Man alive, if you can’t find the irony in that then there is no way I can help you.
There are 42 comments on this post and you have 15 of them, all saying the exact same thing. Either get a blog of your own or find more interesting and informative ways of complaining about Krugman.
That’s cool. But in a discussion it’s generally fine to keep talking until someone at least admits to the obvious facts.

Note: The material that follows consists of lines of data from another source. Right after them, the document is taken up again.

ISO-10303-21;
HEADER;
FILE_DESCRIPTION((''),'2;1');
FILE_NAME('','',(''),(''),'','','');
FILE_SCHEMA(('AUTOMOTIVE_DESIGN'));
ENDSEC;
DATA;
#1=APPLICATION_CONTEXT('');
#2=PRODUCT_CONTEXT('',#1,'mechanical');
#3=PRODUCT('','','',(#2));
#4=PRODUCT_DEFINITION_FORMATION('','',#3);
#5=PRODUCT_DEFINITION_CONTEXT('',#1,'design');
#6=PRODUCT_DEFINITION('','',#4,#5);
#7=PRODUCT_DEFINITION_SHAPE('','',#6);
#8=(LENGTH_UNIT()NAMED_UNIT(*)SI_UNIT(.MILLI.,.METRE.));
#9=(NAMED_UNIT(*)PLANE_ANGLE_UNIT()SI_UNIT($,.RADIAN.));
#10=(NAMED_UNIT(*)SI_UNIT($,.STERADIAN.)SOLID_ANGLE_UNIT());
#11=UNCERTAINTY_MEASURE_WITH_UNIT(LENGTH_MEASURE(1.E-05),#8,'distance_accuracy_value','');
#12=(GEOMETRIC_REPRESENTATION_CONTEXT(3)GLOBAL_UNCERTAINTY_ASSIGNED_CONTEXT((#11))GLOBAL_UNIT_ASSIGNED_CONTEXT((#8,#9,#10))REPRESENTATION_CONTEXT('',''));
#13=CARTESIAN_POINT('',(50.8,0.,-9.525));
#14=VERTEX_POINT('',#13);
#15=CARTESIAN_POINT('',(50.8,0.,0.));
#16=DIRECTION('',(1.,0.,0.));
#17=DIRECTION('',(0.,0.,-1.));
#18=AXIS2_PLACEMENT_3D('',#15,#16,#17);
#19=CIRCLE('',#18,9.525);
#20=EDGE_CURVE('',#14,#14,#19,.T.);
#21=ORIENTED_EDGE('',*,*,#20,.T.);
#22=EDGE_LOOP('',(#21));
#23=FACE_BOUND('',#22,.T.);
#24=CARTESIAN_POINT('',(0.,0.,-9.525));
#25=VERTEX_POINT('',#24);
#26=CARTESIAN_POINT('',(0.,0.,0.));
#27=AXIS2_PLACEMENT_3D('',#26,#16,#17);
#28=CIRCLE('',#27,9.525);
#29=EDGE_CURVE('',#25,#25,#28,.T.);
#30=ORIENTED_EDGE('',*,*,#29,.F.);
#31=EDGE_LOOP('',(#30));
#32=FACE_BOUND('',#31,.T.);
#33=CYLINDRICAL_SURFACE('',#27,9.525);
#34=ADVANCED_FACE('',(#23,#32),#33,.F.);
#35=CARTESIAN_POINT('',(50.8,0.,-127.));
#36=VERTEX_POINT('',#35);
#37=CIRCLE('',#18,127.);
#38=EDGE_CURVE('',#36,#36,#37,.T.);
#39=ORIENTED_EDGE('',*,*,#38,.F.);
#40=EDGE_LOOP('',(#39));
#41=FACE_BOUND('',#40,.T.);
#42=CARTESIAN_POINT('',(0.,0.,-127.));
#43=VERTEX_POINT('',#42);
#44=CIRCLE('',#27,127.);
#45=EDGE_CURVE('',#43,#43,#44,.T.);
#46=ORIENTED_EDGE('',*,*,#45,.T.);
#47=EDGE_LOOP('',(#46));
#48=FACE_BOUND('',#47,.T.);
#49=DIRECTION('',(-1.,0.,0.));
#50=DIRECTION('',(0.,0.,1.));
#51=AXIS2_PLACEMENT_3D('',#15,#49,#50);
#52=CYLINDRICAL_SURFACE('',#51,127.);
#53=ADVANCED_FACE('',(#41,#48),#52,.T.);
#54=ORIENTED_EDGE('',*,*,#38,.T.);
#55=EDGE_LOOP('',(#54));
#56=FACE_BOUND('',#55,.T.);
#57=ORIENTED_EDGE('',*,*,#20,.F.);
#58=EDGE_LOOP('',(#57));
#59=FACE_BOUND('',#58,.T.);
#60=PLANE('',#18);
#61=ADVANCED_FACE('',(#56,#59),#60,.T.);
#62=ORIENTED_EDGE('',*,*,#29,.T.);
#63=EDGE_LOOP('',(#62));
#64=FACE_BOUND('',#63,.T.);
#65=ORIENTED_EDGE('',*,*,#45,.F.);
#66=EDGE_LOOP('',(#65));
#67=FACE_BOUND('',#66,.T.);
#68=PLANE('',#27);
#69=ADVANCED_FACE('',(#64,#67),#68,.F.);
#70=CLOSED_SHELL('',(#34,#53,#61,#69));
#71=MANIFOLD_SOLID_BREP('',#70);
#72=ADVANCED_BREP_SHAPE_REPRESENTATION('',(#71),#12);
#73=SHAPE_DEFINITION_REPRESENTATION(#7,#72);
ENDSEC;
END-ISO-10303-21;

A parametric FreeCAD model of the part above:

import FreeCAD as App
import Part
import Sketcher
Q = App.Units.Quantity

doc = App.newDocument("Part")
body = doc.addObject("PartDesign::Body", "Body")

# Sketch on YZ plane
sketch1 = body.newObject("Sketcher::SketchObject", "Sketch")
sketch1.AttachmentSupport = (doc.getObject("YZ_Plane"), [""])
sketch1.MapMode = "FlatFace"
sketch1.addGeometry(Part.Circle(App.Vector(0, 0, 0), App.Vector(0, 0, 1), 127), False)
sketch1.addConstraint([
    Sketcher.Constraint("Coincident", 0, 3, -1, 1),
    Sketcher.Constraint("Diameter", 0, Q("10 in")),
])
pad1 = body.newObject("PartDesign::Pad", "Pad")
pad1.Profile = sketch1
pad1.Length = Q("2 in")

# Sketch on YZ plane
sketch2 = body.newObject("Sketcher::SketchObject", "Sketch001")
sketch2.AttachmentSupport = (doc.getObject("YZ_Plane"), [""])
sketch2.MapMode = "FlatFace"
sketch2.AttachmentOffset = App.Placement(App.Vector(0, 0, 2 * 25.4), App.Rotation())
sketch2.addGeometry(Part.Circle(App.Vector(0, 0, 0), App.Vector(0, 0, 1), 9.525), False)
sketch2.addConstraint([
    Sketcher.Constraint("Coincident", 0, 3, -1, 1),
    Sketcher.Constraint("Diameter", 0, Q("0.75 in")),
])
pocket1 = body.newObject("PartDesign::Pocket", "Pocket")
pocket1.Profile = sketch2
pocket1.Length = Q("2 in")

doc.recompute()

For example, just before Krugman pats himself on the back for never “pulling rank” and acting as an internet gatekeeper, is that not exactly what he does when he says “It’s funny in this case, because Quiggin is in fact a prominent economist, Williamson not so much.” And is that not a huge pain in the ass?
I apologize, but this is why I feel compelled to keep talking. See, I don’t give a damn about Krugman (and if I had a blog I’d never spare a second for him). I care about logic. And after I can’t get anyone to actually respond to my pointed, specific observations, your complaint is that I keep saying the same things. Well, yeah. Anyway, yesterday was a slow day and I’m really done.
For example, someone could say “You realize, that by calling Krugman out, you are doing exactly what he says is great about the blogosphere” And I could say, “wow, that’s a good point.” But apparently no one can come up with that and I have to have conversations by myself because everyone has mashed the button. Haha, now I’m really done.
5. evidence that science can be beautiful.
especially when you watch the video with the sound off
In the “Sandwich Envy” post i believe they consider a good none validated point. When i cook i good meal i anticipate this amazing meal, more like masterpiece of a meal, and when i comes down to doing the business it amazing everything i wanted. Apparently the researchers at Carnegie University haven’t got the right people eating for them.
oohhhh and also about that Quantum levitation video, Nobel prizes have been awarded on 5 seperate occasions to scientists for research on superconductors. If we can develop room temperature superconductors, we can dramatically increase the efficiency of available power resources, decreasing the world’s power output. The only thing holding us back is the little technical difficulty of not being able to get superconductors to work at temperatures above 30 Kelvin (−243.2 °C)…well not yet anyway.